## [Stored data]
---
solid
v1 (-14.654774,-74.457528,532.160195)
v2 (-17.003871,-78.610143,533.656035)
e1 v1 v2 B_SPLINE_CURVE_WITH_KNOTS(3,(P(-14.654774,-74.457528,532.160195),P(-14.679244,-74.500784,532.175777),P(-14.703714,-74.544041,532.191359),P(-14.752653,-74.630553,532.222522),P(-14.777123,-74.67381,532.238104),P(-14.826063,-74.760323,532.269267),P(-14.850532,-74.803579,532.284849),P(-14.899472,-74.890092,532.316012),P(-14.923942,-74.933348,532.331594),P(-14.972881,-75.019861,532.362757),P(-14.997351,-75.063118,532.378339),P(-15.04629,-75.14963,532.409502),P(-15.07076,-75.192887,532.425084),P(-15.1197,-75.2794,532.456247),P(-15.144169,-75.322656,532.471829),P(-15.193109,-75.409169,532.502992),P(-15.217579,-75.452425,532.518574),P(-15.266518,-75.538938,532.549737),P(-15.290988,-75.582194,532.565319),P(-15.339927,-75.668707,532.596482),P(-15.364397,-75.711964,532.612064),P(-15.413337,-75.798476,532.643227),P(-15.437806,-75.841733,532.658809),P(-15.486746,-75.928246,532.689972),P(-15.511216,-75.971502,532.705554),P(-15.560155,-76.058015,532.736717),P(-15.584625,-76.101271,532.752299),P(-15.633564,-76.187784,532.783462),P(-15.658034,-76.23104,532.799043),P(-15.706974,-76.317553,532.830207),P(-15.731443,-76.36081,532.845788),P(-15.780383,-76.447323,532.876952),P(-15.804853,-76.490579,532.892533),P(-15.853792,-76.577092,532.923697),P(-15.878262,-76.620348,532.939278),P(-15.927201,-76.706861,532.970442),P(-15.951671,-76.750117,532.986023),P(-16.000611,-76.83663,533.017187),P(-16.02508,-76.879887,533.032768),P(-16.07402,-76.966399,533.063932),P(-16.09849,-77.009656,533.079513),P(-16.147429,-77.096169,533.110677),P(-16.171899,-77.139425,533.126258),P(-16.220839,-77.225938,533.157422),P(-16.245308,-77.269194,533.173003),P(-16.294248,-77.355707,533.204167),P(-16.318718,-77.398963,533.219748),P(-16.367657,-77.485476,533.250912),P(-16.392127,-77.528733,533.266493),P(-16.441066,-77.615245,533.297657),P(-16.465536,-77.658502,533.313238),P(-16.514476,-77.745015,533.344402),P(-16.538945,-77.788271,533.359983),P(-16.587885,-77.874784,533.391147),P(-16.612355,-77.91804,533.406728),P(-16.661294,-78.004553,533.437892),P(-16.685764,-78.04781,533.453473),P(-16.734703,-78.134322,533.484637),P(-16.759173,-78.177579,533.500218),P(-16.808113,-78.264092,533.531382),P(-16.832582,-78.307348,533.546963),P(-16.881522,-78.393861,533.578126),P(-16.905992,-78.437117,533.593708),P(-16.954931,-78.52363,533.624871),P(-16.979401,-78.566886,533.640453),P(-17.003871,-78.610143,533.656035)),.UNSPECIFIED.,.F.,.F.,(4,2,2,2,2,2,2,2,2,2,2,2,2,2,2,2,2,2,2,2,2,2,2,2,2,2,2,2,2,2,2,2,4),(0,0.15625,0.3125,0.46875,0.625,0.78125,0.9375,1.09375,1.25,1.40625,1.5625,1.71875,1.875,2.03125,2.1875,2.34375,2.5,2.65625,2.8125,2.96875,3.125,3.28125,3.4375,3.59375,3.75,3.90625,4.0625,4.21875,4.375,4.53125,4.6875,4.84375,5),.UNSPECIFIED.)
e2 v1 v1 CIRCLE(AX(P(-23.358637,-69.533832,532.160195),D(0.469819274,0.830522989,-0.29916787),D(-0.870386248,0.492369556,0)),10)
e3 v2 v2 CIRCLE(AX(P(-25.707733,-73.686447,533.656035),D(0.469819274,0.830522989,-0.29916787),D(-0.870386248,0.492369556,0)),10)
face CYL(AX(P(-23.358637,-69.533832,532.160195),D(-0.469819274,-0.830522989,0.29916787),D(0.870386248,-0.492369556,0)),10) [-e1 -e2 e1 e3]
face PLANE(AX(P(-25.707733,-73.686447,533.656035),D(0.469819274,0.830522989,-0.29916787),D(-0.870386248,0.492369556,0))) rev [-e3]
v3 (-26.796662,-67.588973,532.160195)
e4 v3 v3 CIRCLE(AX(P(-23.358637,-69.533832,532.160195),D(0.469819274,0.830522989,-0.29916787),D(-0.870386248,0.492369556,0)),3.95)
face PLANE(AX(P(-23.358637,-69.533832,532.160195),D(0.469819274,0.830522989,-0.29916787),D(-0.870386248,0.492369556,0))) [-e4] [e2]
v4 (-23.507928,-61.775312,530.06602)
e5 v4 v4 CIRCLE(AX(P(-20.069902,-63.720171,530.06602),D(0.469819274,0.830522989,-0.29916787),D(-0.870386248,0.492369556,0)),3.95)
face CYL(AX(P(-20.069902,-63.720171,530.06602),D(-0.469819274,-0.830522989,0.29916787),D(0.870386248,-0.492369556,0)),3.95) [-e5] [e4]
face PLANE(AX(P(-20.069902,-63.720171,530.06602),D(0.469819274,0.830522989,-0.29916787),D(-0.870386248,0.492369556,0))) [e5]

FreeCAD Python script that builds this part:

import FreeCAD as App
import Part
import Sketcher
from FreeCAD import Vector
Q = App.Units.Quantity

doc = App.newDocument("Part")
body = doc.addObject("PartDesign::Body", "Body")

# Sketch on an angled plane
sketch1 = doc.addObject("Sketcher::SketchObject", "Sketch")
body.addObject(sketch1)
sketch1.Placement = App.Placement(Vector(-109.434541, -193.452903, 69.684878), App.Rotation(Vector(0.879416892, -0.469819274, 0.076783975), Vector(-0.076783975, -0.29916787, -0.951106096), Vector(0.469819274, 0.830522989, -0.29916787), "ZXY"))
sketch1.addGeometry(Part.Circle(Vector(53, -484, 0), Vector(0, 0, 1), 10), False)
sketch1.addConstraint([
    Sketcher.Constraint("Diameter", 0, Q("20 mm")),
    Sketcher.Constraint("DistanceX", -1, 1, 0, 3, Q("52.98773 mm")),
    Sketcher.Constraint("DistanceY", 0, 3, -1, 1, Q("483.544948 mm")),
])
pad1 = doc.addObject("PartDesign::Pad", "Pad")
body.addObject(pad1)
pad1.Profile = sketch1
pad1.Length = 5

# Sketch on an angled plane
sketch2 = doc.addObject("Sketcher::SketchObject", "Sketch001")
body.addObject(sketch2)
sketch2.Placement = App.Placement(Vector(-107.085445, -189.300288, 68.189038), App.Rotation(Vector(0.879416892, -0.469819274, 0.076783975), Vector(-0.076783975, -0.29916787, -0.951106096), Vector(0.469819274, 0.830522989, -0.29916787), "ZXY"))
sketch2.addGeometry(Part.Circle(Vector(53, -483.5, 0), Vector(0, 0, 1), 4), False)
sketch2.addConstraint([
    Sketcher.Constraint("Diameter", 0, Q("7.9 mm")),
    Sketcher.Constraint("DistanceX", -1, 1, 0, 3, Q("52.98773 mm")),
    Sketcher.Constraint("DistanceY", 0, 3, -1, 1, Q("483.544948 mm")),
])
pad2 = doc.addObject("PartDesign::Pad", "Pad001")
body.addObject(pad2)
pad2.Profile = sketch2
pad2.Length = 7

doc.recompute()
---
## [Task directions]
Look above for the line holding "v4 (-23.507928,-61.775312,530.06602)", then set down exactly that line and every line after it up to and including the line holding "FreeCAD Python script", with nothing else.

## [Problem solution]
v4 (-23.507928,-61.775312,530.06602)
e5 v4 v4 CIRCLE(AX(P(-20.069902,-63.720171,530.06602),D(0.469819274,0.830522989,-0.29916787),D(-0.870386248,0.492369556,0)),3.95)
face CYL(AX(P(-20.069902,-63.720171,530.06602),D(-0.469819274,-0.830522989,0.29916787),D(0.870386248,-0.492369556,0)),3.95) [-e5] [e4]
face PLANE(AX(P(-20.069902,-63.720171,530.06602),D(0.469819274,0.830522989,-0.29916787),D(-0.870386248,0.492369556,0))) [e5]

FreeCAD Python script that builds this part:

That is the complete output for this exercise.